Simple fabrication of laser-induced graphene functionalized with a copper-based metal–organic framework and its application in solid-state supercapacitors

Abstract

Flexible thin-film electronics based on functionalized laser-induced graphene (LIG) hold great promise for a diverse range of applications, including biosensors and energy storage devices. In this study, we present a simple and direct method for synthesizing LIG functionalized with a copper-based metal–organic framework (MOF). The proposed synthesis procedure involves a one-step laser photothermal process on the surface of a carbon-rich polyimide to obtain LIG, followed by a simple layer-by-layer technique for growing Cu-BTC crystals within the porous structure of LIG. Structural characterization through various techniques confirms the successful deposition of crystalline Cu-BTC within the electrically conductive LIG surface.

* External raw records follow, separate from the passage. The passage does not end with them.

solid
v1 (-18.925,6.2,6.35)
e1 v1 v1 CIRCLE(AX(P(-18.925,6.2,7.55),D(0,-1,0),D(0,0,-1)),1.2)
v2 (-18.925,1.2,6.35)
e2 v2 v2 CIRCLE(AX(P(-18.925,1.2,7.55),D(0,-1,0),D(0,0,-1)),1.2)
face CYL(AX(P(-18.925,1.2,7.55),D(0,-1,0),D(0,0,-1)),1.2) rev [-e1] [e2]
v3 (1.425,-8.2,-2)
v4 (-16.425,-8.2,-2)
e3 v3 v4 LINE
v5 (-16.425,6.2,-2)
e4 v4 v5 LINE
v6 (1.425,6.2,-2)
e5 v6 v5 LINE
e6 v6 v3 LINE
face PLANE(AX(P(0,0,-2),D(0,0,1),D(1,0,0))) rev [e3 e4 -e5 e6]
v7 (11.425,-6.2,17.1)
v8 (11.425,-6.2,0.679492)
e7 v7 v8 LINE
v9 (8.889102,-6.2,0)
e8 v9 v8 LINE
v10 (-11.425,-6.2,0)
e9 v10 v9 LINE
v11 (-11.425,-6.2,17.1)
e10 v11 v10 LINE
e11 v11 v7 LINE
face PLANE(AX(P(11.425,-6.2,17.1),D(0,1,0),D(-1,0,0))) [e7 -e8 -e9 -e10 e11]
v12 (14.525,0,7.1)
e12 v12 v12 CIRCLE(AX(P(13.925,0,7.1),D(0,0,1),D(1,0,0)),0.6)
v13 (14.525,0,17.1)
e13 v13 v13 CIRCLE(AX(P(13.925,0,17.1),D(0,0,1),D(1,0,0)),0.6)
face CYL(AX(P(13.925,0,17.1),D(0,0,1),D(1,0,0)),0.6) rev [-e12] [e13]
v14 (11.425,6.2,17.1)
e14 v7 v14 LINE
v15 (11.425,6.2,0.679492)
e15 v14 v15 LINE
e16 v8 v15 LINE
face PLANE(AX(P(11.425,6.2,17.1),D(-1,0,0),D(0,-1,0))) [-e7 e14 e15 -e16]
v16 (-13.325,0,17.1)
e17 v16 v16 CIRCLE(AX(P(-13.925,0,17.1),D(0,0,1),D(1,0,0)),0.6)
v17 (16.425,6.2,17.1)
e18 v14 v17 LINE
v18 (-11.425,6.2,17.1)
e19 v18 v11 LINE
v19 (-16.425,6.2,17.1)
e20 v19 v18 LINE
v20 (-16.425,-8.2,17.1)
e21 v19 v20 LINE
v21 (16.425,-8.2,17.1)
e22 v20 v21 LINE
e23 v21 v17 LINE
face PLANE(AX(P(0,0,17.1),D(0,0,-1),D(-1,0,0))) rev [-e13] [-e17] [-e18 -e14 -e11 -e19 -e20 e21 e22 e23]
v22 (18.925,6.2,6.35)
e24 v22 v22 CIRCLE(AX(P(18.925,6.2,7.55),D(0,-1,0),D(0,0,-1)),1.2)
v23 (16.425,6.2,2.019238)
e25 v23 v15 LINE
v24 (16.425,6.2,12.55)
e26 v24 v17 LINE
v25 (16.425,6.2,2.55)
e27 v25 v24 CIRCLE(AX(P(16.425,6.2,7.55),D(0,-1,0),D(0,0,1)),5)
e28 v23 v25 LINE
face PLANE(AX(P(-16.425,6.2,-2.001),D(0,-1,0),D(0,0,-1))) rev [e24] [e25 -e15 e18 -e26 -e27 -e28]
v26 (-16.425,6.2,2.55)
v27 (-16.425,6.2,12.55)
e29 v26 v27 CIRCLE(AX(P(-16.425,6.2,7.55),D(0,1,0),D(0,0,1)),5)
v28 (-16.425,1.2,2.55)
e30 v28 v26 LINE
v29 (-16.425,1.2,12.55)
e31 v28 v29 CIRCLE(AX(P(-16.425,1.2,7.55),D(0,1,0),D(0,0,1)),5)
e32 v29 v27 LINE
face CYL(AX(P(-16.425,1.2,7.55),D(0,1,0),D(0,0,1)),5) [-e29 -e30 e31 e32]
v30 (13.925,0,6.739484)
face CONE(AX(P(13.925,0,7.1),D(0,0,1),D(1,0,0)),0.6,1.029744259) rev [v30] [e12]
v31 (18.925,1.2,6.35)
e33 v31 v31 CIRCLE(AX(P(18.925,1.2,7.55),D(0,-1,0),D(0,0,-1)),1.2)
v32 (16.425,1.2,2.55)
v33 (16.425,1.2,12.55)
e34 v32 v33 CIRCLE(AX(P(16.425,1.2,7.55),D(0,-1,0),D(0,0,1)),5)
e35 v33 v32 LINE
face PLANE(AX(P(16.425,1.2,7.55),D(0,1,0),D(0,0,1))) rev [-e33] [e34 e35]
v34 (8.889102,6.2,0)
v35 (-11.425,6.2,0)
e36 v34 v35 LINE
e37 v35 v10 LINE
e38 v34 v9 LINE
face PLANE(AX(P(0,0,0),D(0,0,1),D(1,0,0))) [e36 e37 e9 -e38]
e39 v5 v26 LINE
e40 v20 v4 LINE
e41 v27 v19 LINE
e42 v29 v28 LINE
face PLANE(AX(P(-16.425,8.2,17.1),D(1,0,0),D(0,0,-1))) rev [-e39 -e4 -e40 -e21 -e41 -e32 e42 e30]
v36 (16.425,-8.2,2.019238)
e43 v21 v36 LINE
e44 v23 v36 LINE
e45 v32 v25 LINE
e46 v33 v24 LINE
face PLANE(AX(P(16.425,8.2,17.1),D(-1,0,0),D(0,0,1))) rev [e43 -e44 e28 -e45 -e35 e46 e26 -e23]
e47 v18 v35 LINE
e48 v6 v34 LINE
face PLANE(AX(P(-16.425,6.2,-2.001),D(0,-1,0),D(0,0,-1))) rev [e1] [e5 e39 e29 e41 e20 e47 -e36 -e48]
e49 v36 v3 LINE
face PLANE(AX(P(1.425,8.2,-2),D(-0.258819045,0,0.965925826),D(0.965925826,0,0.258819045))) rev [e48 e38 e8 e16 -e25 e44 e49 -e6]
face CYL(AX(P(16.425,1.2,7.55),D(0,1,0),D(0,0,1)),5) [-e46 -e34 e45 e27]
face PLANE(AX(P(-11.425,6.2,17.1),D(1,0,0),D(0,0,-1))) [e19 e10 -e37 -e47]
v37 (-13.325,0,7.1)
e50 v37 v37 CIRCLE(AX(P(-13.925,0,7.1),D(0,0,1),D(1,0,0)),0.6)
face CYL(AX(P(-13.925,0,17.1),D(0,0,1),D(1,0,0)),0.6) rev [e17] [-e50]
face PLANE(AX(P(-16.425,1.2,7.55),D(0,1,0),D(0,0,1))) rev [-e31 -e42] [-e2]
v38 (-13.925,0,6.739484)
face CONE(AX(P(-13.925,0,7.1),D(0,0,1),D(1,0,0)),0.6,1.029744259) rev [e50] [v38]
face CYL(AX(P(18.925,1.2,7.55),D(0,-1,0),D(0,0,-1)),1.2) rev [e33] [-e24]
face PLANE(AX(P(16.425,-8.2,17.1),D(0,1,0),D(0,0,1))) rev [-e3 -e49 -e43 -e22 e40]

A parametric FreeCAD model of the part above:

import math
import FreeCAD as App
import Part
import Sketcher

V = App.Vector
Q = App.Units.Quantity

doc = App.newDocument("Part")
body = doc.addObject("PartDesign::Body", "Body")

sketch1 = body.newObject("Sketcher::SketchObject", "Sketch")
sketch1.AttachmentSupport = (doc.getObject("XY_Plane"), [""])
sketch1.MapMode = "FlatFace"
sketch1.addGeometry(Part.LineSegment(V(-16, 8, 0), V(-16, -8, 0)), False)
sketch1.addGeometry(Part.LineSegment(V(-16, -8, 0), V(16, -8, 0)), False)
sketch1.addGeometry(Part.LineSegment(V(16, -8, 0), V(16, 8, 0)), False)
sketch1.addGeometry(Part.LineSegment(V(16, 8, 0), V(-16, 8, 0)), False)
sketch1.addGeometry(Part.LineSegment(V(11, -6, 0), V(-11, -6, 0)), False)
sketch1.addGeometry(Part.LineSegment(V(-11, -6, 0), V(-11, 6, 0)), False)
sketch1.addGeometry(Part.LineSegment(V(-11, 6, 0), V(11, 6, 0)), False)
sketch1.addGeometry(Part.LineSegment(V(11, 6, 0), V(11, -6, 0)), False)
sketch1.addConstraint(Sketcher.Constraint("Coincident", 0, 2, 1, 1))
sketch1.addConstraint(Sketcher.Constraint("Coincident", 1, 2, 2, 1))
sketch1.addConstraint(Sketcher.Constraint("Coincident", 2, 2, 3, 1))
sketch1.addConstraint(Sketcher.Constraint("Coincident", 3, 2, 0, 1))
sketch1.addConstraint(Sketcher.Constraint("Coincident", 4, 2, 5, 1))
sketch1.addConstraint(Sketcher.Constraint("Coincident", 5, 2, 6, 1))
sketch1.addConstraint(Sketcher.Constraint("Coincident", 6, 2, 7, 1))
sketch1.addConstraint(Sketcher.Constraint("Coincident", 7, 2, 4, 1))
sketch1.addConstraint(Sketcher.Constraint("Vertical", 0))
sketch1.addConstraint(Sketcher.Constraint("Horizontal", 1))
sketch1.addConstraint(Sketcher.Constraint("Vertical", 2))
sketch1.addConstraint(Sketcher.Constraint("Horizontal", 3))
sketch1.addConstraint(Sketcher.Constraint("Horizontal", 4))
sketch1.addConstraint(Sketcher.Constraint("Vertical", 5))
sketch1.addConstraint(Sketcher.Constraint("Horizontal", 6))
sketch1.addConstraint(Sketcher.Constraint("Vertical", 7))
sketch1.addConstraint(Sketcher.Constraint("Symmetric", 0, 2, 2, 2, -1, 1))
sketch1.addConstraint(Sketcher.Constraint("Symmetric", 4, 2, 6, 2, -1, 1))
sketch1.addConstraint(Sketcher.Constraint("DistanceY", 0, 2, 0, 1, 16.4))
sketch1.addConstraint(Sketcher.Constraint("DistanceY", 5, 1, 5, 2, 12.4))
sketch1.addConstraint(Sketcher.Constraint("DistanceX", 0, 2, 4, 2, 5.0))
sketch1.addConstraint(Sketcher.Constraint("DistanceX", 1, 1, 1, 2, 32.85))
pad1 = body.newObject("PartDesign::Pad", "Pad")
pad1.Profile = sketch1
pad1.Length = 17.1

sketch2 = body.newObject("Sketcher::SketchObject", "Sketch001")
sketch2.AttachmentSupport = (doc.getObject("XY_Plane"), [""])
sketch2.MapMode = "FlatFace"
sketch2.addGeometry(Part.LineSegment(V(16, 8, 0), V(16, -8, 0)), False)
sketch2.addGeometry(Part.LineSegment(V(16, -8, 0), V(-16, -8, 0)), False)
sketch2.addGeometry(Part.LineSegment(V(-16, -8, 0), V(-16, 8, 0)), False)
sketch2.addGeometry(Part.LineSegment(V(-16, 8, 0), V(16, 8, 0)), False)
sketch2.addConstraint(Sketcher.Constraint("Coincident", 0, 2, 1, 1))
sketch2.addConstraint(Sketcher.Constraint("Coincident", 1, 2, 2, 1))
sketch2.addConstraint(Sketcher.Constraint("Coincident", 2, 2, 3, 1))
sketch2.addConstraint(Sketcher.Constraint("Coincident", 3, 2, 0, 1))
sketch2.addConstraint(Sketcher.Constraint("Vertical", 0))
sketch2.addConstraint(Sketcher.Constraint("Horizontal", 1))
sketch2.addConstraint(Sketcher.Constraint("Vertical", 2))
sketch2.addConstraint(Sketcher.Constraint("Horizontal", 3))
sketch2.addConstraint(Sketcher.Constraint("Symmetric", 0, 2, 2, 2, -1, 1))
sketch2.addConstraint(Sketcher.Constraint("DistanceY", 0, 2, 0, 1, 16.4))
sketch2.addConstraint(Sketcher.Constraint("DistanceX", 1, 2, 1, 1, 32.85))
pad2 = body.newObject("PartDesign::Pad", "Pad001")
pad2.Profile = sketch2
pad2.Length = 2
pad2.Reversed = True

sketch3 = body.newObject("Sketcher::SketchObject", "Sketch002")
sketch3.AttachmentSupport = (doc.getObject("YZ_Plane"), [""])
sketch3.MapMode = "FlatFace"
sketch3.AttachmentOffset = App.Placement(V(0, 0, -13.925), App.Rotation())
sketch3.addGeometry(Part.LineSegment(V(0, 6.7, 0), V(0, 17.1, 0)), False)
sketch3.addGeometry(Part.LineSegment(V(0, 17.1, 0), V(-0.6, 17.1, 0)), False)
sketch3.addGeometry(Part.LineSegment(V(-0.6, 17.1, 0), V(-0.6, 7.1, 0)), False)
sketch3.addGeometry(Part.LineSegment(V(-0.6, 7.1, 0), V(0, 6.7, 0)), False)
sketch3.addConstraint(Sketcher.Constraint("Coincident", 0, 2, 1, 1))
sketch3.addConstraint(Sketcher.Constraint("Coincident", 1, 2, 2, 1))
sketch3.addConstraint(Sketcher.Constraint("Coincident", 2, 2, 3, 1))
sketch3.addConstraint(Sketcher.Constraint("Coincident", 3, 2, 0, 1))
sketch3.addConstraint(Sketcher.Constraint("Vertical", 0))
sketch3.addConstraint(Sketcher.Constraint("Horizontal", 1))
sketch3.addConstraint(Sketcher.Constraint("Vertical", 2))
sketch3.addConstraint(Sketcher.Constraint("PointOnObject", 0, 2, -2))
sketch3.addConstraint(Sketcher.Constraint("DistanceY", 2, 2, 2, 1, 10.0))
sketch3.addConstraint(Sketcher.Constraint("Angle", 3, Q("-31 deg")))
sketch3.addConstraint(Sketcher.Constraint("DistanceX", 1, 2, 1, 1, 0.6))
sketch3.addConstraint(Sketcher.Constraint("DistanceY", -1, 1, 0, 2, 17.1))
groove = body.newObject("PartDesign::Groove", "Groove")
groove.Profile = sketch3
groove.ReferenceAxis = (sketch3, ["V_Axis"])
groove.Angle = 360
doc.recompute()

mirrored = body.newObject("PartDesign::Mirrored", "Mirrored")
mirrored.Originals = [groove]
mirrored.MirrorPlane = (doc.getObject("YZ_Plane"), [""])
body.Tip = mirrored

Cu-BTC@LIG composites are highly valuable candidate materials for multiple applications. In particular, we demonstrate the use of Cu-BTC@LIG as an electrode for electrochemical supercapacitors, increasing the specific capacitance by up to six times compared to LIG-only electrodes (reaching values of 2.8 mF cm⁻² at 54.3 μA cm⁻² or 2.1 mF cm⁻² at 10 mV s⁻¹) due to the double layer capacitance and pseudocapacitance contribution of Cu-BTC. The Cu-BTC@LIG electrodes also exhibit superior energy density (7.4 times higher at a power density of 21.26 μW cm⁻²) and stability over multiple charge–discharge cycles (>5000), making it a promising material not only for energy-storage devices but also for numerous applications in flexible electronics.